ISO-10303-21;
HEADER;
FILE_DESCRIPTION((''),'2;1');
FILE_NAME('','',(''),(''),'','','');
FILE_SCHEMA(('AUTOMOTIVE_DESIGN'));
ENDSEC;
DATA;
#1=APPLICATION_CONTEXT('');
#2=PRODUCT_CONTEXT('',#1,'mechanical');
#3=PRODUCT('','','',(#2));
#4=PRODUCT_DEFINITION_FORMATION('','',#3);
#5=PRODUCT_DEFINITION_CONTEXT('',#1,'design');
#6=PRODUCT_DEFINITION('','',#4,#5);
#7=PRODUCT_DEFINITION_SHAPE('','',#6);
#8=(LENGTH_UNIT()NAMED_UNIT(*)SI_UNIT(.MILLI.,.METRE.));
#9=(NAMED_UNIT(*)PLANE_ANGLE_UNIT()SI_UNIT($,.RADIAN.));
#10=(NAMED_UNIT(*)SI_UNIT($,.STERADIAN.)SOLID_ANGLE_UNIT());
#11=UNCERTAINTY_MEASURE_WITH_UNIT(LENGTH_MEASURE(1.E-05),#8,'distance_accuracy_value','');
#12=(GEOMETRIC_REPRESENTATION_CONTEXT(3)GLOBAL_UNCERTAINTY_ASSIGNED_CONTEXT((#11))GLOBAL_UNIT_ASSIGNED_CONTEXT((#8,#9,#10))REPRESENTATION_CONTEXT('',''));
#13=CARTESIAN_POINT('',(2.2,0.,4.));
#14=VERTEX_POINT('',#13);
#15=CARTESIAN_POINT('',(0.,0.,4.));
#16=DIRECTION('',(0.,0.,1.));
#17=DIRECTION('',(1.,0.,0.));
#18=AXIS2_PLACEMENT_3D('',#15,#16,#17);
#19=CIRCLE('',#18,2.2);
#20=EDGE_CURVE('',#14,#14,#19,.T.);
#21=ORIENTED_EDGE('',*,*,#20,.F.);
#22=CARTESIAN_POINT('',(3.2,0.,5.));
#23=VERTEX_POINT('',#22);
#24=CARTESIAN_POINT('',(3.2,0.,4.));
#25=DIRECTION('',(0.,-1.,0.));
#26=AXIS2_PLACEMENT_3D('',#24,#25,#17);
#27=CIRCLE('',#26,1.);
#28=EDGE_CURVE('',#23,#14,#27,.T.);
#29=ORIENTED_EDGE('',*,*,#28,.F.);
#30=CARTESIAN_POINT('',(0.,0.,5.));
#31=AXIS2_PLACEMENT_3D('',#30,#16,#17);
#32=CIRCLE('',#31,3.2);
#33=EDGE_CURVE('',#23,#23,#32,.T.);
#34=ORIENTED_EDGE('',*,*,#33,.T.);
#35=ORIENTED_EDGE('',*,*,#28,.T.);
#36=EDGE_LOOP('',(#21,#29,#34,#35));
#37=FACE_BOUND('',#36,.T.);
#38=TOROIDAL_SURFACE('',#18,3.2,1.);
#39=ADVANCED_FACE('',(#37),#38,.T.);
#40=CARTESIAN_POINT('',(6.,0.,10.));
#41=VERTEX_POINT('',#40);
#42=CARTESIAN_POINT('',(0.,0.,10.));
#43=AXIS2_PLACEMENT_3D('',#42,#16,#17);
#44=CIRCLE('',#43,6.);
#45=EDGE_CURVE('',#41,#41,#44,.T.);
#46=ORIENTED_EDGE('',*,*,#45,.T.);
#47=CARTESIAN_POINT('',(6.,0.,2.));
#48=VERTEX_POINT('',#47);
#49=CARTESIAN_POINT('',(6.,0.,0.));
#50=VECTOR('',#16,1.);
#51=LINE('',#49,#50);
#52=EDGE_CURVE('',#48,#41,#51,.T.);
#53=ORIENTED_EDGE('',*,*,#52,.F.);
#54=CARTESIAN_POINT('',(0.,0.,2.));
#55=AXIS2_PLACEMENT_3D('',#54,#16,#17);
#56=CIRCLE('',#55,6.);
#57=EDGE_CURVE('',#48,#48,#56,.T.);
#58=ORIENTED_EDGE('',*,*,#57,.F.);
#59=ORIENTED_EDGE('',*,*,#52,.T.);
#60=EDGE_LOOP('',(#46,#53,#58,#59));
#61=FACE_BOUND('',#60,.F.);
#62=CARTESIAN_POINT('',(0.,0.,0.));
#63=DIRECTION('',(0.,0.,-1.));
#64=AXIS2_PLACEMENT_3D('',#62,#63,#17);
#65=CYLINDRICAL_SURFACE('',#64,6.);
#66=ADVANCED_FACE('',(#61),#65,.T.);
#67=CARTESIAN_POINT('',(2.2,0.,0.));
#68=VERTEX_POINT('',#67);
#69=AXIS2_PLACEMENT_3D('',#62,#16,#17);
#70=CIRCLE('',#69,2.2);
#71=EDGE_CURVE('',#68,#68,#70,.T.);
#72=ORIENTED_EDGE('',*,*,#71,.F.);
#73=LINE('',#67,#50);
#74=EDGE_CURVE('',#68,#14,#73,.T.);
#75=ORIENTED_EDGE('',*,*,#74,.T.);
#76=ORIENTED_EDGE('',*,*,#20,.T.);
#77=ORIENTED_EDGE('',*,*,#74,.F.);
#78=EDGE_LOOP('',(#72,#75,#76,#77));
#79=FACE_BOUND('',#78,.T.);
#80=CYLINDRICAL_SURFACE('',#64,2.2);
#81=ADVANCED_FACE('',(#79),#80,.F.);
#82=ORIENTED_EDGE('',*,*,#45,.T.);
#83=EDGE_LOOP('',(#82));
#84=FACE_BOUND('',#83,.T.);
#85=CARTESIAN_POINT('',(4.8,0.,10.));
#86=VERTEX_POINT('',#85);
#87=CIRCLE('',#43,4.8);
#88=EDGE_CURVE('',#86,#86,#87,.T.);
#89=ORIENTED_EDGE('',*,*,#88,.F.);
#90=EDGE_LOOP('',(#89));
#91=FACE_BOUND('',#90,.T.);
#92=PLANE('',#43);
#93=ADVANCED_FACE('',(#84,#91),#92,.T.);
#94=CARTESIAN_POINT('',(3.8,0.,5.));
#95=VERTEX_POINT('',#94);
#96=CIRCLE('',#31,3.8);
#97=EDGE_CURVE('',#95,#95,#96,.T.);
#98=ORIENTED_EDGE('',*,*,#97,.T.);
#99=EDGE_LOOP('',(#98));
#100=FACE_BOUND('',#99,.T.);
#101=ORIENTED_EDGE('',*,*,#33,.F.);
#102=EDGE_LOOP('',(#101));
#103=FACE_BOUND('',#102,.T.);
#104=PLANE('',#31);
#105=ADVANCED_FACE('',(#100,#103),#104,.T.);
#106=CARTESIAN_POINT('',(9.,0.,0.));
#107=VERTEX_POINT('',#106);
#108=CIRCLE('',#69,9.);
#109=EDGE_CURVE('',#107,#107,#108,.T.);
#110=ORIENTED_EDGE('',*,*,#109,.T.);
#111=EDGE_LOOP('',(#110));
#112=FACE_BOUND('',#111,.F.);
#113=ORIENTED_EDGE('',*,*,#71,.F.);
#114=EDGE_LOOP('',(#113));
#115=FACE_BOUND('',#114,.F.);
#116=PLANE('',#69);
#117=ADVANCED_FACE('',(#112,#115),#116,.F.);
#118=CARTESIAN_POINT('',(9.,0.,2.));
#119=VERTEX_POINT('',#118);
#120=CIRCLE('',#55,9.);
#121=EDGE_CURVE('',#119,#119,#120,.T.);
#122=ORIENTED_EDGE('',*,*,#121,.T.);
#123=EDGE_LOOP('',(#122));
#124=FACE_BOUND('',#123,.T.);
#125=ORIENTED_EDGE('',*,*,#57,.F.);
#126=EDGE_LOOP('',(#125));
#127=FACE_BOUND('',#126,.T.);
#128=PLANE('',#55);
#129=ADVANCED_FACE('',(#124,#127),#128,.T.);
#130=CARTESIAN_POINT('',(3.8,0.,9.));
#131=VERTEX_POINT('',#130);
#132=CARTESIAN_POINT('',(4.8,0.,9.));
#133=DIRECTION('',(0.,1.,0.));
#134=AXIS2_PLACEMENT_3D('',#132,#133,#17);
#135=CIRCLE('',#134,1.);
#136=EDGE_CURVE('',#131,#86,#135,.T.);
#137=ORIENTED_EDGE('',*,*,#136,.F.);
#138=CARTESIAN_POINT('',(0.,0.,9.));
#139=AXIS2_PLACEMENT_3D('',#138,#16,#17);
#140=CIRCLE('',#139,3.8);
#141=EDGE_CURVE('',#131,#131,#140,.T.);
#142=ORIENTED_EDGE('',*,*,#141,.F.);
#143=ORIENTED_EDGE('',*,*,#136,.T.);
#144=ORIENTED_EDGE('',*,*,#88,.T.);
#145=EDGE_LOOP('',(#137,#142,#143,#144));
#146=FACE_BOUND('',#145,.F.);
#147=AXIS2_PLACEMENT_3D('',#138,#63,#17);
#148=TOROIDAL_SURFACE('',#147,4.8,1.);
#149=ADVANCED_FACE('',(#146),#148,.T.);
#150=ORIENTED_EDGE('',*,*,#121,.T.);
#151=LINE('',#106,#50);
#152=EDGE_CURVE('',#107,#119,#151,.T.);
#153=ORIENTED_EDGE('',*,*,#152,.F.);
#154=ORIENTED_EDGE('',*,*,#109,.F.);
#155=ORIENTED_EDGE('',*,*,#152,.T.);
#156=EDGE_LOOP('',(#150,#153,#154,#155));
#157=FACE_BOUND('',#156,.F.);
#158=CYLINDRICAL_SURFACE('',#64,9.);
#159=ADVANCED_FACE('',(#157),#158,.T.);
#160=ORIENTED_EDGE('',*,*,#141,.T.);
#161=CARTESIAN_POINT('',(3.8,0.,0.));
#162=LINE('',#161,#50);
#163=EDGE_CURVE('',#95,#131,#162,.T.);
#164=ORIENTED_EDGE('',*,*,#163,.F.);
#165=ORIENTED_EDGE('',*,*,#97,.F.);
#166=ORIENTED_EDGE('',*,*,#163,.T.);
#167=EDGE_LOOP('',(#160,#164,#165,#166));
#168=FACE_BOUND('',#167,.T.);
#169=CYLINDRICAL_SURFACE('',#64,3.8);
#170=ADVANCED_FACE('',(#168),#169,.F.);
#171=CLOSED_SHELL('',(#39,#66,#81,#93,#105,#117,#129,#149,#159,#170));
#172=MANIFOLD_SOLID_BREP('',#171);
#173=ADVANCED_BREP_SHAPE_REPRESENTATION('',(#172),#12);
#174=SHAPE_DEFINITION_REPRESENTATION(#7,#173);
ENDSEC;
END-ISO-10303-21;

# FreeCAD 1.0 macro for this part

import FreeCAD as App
import Part
import Sketcher

V = App.Vector


def edges_at(feature, points):
    """Names of the edges that pass closest to the given points."""
    edges = feature.Shape.Edges
    near = lambda p: min(range(len(edges)), key=lambda i: edges[i].distToShape(Part.Vertex(*p))[0])
    return sorted({f"Edge{near(p) + 1}" for p in points})

doc = App.newDocument("Part")
body = doc.addObject("PartDesign::Body", "Body")

sketch1 = doc.addObject("Sketcher::SketchObject", "Sketch")
body.addObject(sketch1)
sketch1.AttachmentSupport = (doc.XY_Plane, [""])
sketch1.MapMode = "FlatFace"
sketch1.addGeometry([
    Part.Circle(V(0, 0, 0), V(0, 0, 1), 9),
    Part.Circle(V(0, 0, 0), V(0, 0, 1), 6),
], False)
sketch1.addConstraint([
    Sketcher.Constraint("Coincident", 0, 3, -1, 1),
    Sketcher.Constraint("Coincident", 1, 3, -1, 1),
    Sketcher.Constraint("Diameter", 0, 18.0),
    Sketcher.Constraint("Diameter", 1, 12.0),
])
pad1 = doc.addObject("PartDesign::Pad", "Pad")
body.addObject(pad1)
pad1.Profile = sketch1
pad1.Length = 2

sketch2 = doc.addObject("Sketcher::SketchObject", "Sketch001")
body.addObject(sketch2)
sketch2.AttachmentSupport = (doc.XY_Plane, [""])
sketch2.MapMode = "FlatFace"
sketch2.addGeometry([
    Part.Circle(V(0, 0, 0), V(0, 0, 1), 6),
    Part.Circle(V(0, 0, 0), V(0, 0, 1), 3.8),
], False)
sketch2.addConstraint([
    Sketcher.Constraint("Coincident", 0, 3, -1, 1),
    Sketcher.Constraint("Coincident", 1, 3, -1, 1),
    Sketcher.Constraint("Diameter", 0, 12.0),
    Sketcher.Constraint("Diameter", 1, 7.6),
])
pad2 = doc.addObject("PartDesign::Pad", "Pad001")
body.addObject(pad2)
pad2.Profile = sketch2
pad2.Length = 10

sketch3 = doc.addObject("Sketcher::SketchObject", "Sketch002")
body.addObject(sketch3)
sketch3.AttachmentSupport = (doc.XY_Plane, [""])
sketch3.MapMode = "FlatFace"
sketch3.addGeometry([
    Part.Circle(V(0, 0, 0), V(0, 0, 1), 3.8),
    Part.Circle(V(0, 0, 0), V(0, 0, 1), 2.2),
], False)
sketch3.addConstraint([
    Sketcher.Constraint("Coincident", 0, 3, -1, 1),
    Sketcher.Constraint("Coincident", 1, 3, -1, 1),
    Sketcher.Constraint("Diameter", 0, 7.6),
    Sketcher.Constraint("Diameter", 1, 4.4),
])
pad3 = doc.addObject("PartDesign::Pad", "Pad002")
body.addObject(pad3)
pad3.Profile = sketch3
pad3.Length = 5
doc.recompute()

fillet = doc.addObject("PartDesign::Fillet", "Fillet")
body.addObject(fillet)
fillet.Base = (pad3, edges_at(pad3, [(-3.8, 0, 10)]))
fillet.Radius = 1
doc.recompute()

fillet2 = doc.addObject("PartDesign::Fillet", "Fillet001")
body.addObject(fillet2)
fillet2.Base = (fillet, edges_at(fillet, [(-2.2, 0, 5)]))
fillet2.Radius = 1

doc.recompute()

========

__WHAT THE TASK REQUIRES__.
Give back, word for word, only the lines above from the line holding "#34=ORIENTED_EDGE('',*,*,#33,.T.);" to the line holding "#52=EDGE_CURVE('',#48,#41,#51,.T.);", both included.

__EXERCISE RESPONSE__.
#34=ORIENTED_EDGE('',*,*,#33,.T.);
#35=ORIENTED_EDGE('',*,*,#28,.T.);
#36=EDGE_LOOP('',(#21,#29,#34,#35));
#37=FACE_BOUND('',#36,.T.);
#38=TOROIDAL_SURFACE('',#18,3.2,1.);
#39=ADVANCED_FACE('',(#37),#38,.T.);
#40=CARTESIAN_POINT('',(6.,0.,10.));
#41=VERTEX_POINT('',#40);
#42=CARTESIAN_POINT('',(0.,0.,10.));
#43=AXIS2_PLACEMENT_3D('',#42,#16,#17);
#44=CIRCLE('',#43,6.);
#45=EDGE_CURVE('',#41,#41,#44,.T.);
#46=ORIENTED_EDGE('',*,*,#45,.T.);
#47=CARTESIAN_POINT('',(6.,0.,2.));
#48=VERTEX_POINT('',#47);
#49=CARTESIAN_POINT('',(6.,0.,0.));
#50=VECTOR('',#16,1.);
#51=LINE('',#49,#50);
#52=EDGE_CURVE('',#48,#41,#51,.T.);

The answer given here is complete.